Multi-level marketing promoter Sam Fawahl threatened legal action this week, demanding the removal of an online investigation linking him to the new PreLaunch Australia venture. He provided no evidence to back his claims.

Fawahl's email demanded the online investigation into PreLaunch Australia be pulled. He claimed the article held misleading information, cited an unauthorized photo, and alleged a serious privacy breach. He also warned of a cease and desist notice, stating he had contacted authorities.

All published information, however, was already publicly available.

The investigation started in late July, after PreLaunch Australia's extensive online launch. A lead from Troy Dooly at MLM HelpDesk revealed an email address in the website's public WHOIS records. This address linked directly to Fawahl. His Twitter account also promoted PreLaunch Australia at the same time. The income model referenced on the PreLaunch Australia site, The Beehive Strategy, further connected him.
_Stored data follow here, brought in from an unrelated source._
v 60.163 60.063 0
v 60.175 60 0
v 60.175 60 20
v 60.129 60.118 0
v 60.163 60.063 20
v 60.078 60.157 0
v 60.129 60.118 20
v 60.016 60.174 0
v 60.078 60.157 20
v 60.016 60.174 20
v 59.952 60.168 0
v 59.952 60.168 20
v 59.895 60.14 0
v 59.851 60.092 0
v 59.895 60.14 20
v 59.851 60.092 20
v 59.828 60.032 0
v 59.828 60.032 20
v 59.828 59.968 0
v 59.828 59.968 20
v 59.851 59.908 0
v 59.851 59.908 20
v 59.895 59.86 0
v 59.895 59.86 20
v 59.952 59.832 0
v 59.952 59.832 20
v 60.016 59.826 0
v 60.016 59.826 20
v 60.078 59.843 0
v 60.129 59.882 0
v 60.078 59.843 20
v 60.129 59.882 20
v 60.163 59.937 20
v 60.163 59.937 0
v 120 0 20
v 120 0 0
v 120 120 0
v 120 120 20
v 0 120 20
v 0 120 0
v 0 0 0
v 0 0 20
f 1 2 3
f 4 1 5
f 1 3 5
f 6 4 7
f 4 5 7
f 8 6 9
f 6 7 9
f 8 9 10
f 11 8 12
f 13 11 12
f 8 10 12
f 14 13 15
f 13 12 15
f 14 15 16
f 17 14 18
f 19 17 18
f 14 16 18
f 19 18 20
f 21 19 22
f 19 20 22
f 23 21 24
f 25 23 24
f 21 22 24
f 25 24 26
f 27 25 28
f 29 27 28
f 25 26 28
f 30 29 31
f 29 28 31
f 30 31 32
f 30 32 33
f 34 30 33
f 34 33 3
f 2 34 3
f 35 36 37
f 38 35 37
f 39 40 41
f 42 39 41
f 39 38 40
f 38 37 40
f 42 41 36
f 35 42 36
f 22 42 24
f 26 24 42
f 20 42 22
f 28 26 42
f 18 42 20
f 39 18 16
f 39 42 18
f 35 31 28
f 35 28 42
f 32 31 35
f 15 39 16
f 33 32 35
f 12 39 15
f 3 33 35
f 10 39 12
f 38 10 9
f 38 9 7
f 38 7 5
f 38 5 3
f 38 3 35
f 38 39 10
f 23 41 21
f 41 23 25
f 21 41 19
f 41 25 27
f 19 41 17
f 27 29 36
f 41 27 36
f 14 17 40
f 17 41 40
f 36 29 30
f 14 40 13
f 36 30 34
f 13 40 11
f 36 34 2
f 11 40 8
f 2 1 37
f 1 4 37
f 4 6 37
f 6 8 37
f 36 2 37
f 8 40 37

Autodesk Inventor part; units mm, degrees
ref_plane "YZ Plane" through (0, 0, 0) normal (1, 0, 0) x (0, 1, 0)
ref_plane "XZ Plane" through (0, 0, 0) normal (0, 1, 0) x (-1, 0, 0)
ref_plane "XY Plane" through (0, 0, 0) normal (0, 0, 1) x (1, 0, 0)
sketch "Sketch1" plane through (0, 0, 0) normal (0, 0, 1) x (1, 0, 0)
  line L0 (0, 0) -> (120, 0)
  line L1 (120, 0) -> (120, 120)
  line L2 (120, 120) -> (0, 120)
  line L3 (0, 120) -> (0, 0)
  dimension "d0" = 120
  dimension "d1" = 120
extrude "Extrusion1" add sketch "Sketch1" along normal blind 20
sketch "Sketch2" plane through (0, 0, 20) normal (0, 0, 1) x (1, 0, 0)
  line L0 (0, 120) -> (0, 0) projected
  line L1 (0, 60) -> (60, 60)
  circle A0 centre (60, 60) radius 0.175
  circle A1 centre (60, 60) radius 0.175
  dimension "d4" = 60
  dimension "d5" = 0.35
  dimension "d6" = 0.35
extrude "Extrusion2" cut sketch "Sketch2" against normal through all
properties part number "BASE FOR IR"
Fawahl provided no specifics when asked to identify what was misleading or untrue. He offered no explanation, no counter-evidence, only continued threats.
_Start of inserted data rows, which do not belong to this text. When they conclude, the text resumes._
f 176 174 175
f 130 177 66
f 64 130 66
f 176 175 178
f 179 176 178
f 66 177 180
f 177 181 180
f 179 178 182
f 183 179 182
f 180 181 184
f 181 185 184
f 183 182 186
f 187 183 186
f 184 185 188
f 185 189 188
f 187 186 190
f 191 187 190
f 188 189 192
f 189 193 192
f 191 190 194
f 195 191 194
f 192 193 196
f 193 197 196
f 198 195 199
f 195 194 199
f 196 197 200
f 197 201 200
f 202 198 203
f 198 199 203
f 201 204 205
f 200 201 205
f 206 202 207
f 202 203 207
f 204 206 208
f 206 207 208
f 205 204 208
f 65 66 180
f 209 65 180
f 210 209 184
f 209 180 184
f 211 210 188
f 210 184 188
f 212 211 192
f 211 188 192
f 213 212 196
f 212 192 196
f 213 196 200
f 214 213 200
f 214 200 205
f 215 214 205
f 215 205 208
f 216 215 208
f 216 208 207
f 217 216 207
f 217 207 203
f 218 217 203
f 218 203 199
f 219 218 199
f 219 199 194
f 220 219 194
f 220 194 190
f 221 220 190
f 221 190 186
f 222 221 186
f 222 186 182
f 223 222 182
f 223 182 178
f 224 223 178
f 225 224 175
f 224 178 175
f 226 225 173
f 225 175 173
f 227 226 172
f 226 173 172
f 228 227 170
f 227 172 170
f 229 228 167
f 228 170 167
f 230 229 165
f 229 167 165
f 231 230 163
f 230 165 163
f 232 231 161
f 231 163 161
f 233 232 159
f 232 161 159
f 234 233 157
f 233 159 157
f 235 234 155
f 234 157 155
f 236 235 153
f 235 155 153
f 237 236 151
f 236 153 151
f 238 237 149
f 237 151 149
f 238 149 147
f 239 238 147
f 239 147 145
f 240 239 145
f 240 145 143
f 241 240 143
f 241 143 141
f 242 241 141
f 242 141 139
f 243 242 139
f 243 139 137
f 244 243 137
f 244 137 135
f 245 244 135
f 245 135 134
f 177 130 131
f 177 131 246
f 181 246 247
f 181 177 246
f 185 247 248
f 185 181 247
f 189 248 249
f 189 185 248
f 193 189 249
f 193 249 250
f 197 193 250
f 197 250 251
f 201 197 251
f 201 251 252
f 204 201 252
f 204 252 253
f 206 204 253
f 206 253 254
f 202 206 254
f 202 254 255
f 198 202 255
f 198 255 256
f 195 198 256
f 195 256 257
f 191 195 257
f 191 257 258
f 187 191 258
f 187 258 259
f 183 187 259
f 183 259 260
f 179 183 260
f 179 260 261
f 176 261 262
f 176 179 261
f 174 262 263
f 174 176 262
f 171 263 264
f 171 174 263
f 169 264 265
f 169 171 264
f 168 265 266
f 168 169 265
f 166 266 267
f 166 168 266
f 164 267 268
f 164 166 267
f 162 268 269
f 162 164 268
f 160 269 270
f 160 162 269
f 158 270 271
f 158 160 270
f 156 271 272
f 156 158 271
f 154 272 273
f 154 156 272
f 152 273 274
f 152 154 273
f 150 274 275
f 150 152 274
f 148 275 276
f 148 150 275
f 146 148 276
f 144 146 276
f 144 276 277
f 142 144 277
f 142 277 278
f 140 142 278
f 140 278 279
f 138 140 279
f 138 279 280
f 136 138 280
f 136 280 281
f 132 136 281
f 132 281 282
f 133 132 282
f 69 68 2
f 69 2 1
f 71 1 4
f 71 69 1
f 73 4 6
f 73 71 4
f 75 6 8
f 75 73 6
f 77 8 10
The response to Fawahl's demands clarified the facts. The email address originated from a publicly listed WHOIS database. The photo came from a YouTube video Fawahl uploaded himself. All published material fell under fair use protections for commentary and journalism. Fawahl was directly asked if he denied involvement with PreLaunch Australia and The Beehive Strategy. No answer followed.

An added irony exists in PreLaunch Australia's own website. It displays logos from CNN, FOX NEWS, ABC, NBC, Mastercard, and Google across its pages. These are copyrighted materials, used without permission or licensing. The site's disclaimer acknowledges this practice. Yet Fawahl still threatened legal action over a single photograph and public information, even as his own venture used major corporate trademarks without authorization.

This pattern is common in multi-level marketing investigations. Promoters often resort to legal threats when they cannot defend their business model with facts. Cease and desist letters appear. Claims of privacy violations surface. The objective is not to challenge the reporting itself, but to silence it.

But when all information is drawn from public sources and properly attributed, there is nothing to silence. The facts stand on their own.